I keep meaning to whip out the casserole recipes thinking I could logically make them and me dinner at the same time and have leftovers. However, I haven't really cooked in years. My husband always worked later than I eat dinner, so when I first moved to SF I used to work hard and make him dinners and require him to be home 3 days a week to eat them. Well, that just stressed him out. Then I'd make dinners that did well in the reheat, but that was less than satisfying because essentially I was cooking for just myself. I find that a thankless and unnecessary act. I'm perfectly happy eating take out and frozen dinners by myself. Why cook?

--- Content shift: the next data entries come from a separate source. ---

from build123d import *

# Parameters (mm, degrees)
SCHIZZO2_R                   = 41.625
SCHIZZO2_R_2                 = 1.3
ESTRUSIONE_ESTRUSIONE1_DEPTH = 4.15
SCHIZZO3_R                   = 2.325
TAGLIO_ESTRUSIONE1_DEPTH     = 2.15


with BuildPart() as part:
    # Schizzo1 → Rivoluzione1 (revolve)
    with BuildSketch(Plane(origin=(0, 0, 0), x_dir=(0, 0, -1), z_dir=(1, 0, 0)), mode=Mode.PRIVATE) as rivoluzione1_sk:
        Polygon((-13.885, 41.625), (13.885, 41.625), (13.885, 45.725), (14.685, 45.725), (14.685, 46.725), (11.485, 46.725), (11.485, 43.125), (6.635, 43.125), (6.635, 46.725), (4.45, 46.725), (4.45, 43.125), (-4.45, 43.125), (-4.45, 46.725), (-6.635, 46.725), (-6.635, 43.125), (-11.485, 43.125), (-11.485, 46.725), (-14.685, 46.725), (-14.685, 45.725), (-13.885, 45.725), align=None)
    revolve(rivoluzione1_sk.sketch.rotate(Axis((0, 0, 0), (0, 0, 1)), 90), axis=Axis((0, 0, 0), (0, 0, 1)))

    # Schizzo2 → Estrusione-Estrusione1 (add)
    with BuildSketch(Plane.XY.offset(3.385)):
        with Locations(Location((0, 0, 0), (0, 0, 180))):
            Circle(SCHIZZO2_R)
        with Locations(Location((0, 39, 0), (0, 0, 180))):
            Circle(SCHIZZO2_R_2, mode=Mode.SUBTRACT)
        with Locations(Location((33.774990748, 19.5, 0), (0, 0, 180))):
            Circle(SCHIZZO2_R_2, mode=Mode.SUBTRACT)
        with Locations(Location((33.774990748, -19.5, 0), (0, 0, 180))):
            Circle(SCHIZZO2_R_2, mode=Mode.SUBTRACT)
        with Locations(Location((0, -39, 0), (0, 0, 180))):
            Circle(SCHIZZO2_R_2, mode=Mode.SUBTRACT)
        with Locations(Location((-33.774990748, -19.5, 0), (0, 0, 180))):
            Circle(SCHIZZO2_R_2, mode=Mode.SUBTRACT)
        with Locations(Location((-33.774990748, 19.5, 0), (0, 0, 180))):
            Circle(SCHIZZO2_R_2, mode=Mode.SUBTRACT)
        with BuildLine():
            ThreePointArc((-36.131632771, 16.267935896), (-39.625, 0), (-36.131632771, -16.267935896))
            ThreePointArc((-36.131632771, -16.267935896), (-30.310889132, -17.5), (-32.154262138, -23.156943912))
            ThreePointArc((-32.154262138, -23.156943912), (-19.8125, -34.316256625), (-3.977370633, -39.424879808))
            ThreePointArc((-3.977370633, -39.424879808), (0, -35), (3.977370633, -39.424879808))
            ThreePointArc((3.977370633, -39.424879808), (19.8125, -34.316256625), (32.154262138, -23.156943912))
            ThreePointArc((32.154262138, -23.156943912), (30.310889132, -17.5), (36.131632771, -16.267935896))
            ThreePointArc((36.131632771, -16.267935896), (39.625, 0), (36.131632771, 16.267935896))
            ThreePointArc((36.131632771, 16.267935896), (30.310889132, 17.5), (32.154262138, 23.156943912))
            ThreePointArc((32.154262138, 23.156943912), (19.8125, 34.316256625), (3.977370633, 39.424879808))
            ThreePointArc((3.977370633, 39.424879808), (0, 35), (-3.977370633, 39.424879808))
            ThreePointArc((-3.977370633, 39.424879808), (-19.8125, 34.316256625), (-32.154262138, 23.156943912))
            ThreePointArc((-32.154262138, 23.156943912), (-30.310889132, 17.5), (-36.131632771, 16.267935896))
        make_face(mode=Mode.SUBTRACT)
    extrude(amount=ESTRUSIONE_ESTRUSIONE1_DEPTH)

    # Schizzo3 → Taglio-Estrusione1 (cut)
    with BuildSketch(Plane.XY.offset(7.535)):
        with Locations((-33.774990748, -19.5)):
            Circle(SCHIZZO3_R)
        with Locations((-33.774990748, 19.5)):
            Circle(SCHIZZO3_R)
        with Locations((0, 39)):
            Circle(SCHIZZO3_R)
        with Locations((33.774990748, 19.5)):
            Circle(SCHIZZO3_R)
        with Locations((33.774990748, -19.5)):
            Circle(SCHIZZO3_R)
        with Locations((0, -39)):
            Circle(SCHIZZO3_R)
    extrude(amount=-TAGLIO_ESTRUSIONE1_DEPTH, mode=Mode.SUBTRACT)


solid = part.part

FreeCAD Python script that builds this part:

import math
import FreeCAD as App
import Part
import Sketcher
Q = App.Units.Quantity

doc = App.newDocument("Part")
body = doc.addObject("PartDesign::Body", "Body")

sketch1 = body.newObject("Sketcher::SketchObject", "Sketch")
sketch1.AttachmentSupport = (doc.getObject("YZ_Plane"), [""])
sketch1.MapMode = "FlatFace"
sketch1.addGeometry([
    Part.LineSegment(App.Vector(41.6, 13.9, 0), App.Vector(41.6, -13.9, 0)),
    Part.LineSegment(App.Vector(41.6, -13.9, 0), App.Vector(45.7, -13.9, 0)),
    Part.LineSegment(App.Vector(45.7, -13.9, 0), App.Vector(45.7, -14.7, 0)),
    Part.LineSegment(App.Vector(45.7, -14.7, 0), App.Vector(46.7, -14.7, 0)),
    Part.LineSegment(App.Vector(46.7, -14.7, 0), App.Vector(46.7, -11.5, 0)),
    Part.LineSegment(App.Vector(46.7, -11.5, 0), App.Vector(43.1, -11.5, 0)),
    Part.LineSegment(App.Vector(43.1, -11.5, 0), App.Vector(43.1, -6.6, 0)),
    Part.LineSegment(App.Vector(43.1, -6.6, 0), App.Vector(46.7, -6.6, 0)),
    Part.LineSegment(App.Vector(46.7, -6.6, 0), App.Vector(46.7, -4.5, 0)),
    Part.LineSegment(App.Vector(46.7, -4.5, 0), App.Vector(43.1, -4.5, 0)),
    Part.LineSegment(App.Vector(43.1, -4.5, 0), App.Vector(43.1, 4.5, 0)),
    Part.LineSegment(App.Vector(43.1, 4.5, 0), App.Vector(46.7, 4.5, 0)),
    Part.LineSegment(App.Vector(46.7, 4.5, 0), App.Vector(46.7, 6.6, 0)),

When the babies were just starting to eat I was willing to steam up and puree a bunch of stuff, because, again, that's pretty stinking easy. A lot of machines to do the job for me pretty much. But I sure thought that by now I'd be cooking. I've had several false starts, shopped and bought chicken and ground beef and turkey, as well as herbs and veggies and cans of creamed soups. All sits and rots. Where am I supposed to find the energy? If they're happy with pasta and soup and I'm happy with take out, who cares?
Me. I feel like a failure of a mom on this one. I don't expect to make everything they eat from scratch, I'm no earth mother. I just expect to, maybe 4 times a week, turn on the oven and use a pan and throw at least 5 ingredients together in it and bake it. Good lord it doesn't sound that hard does it?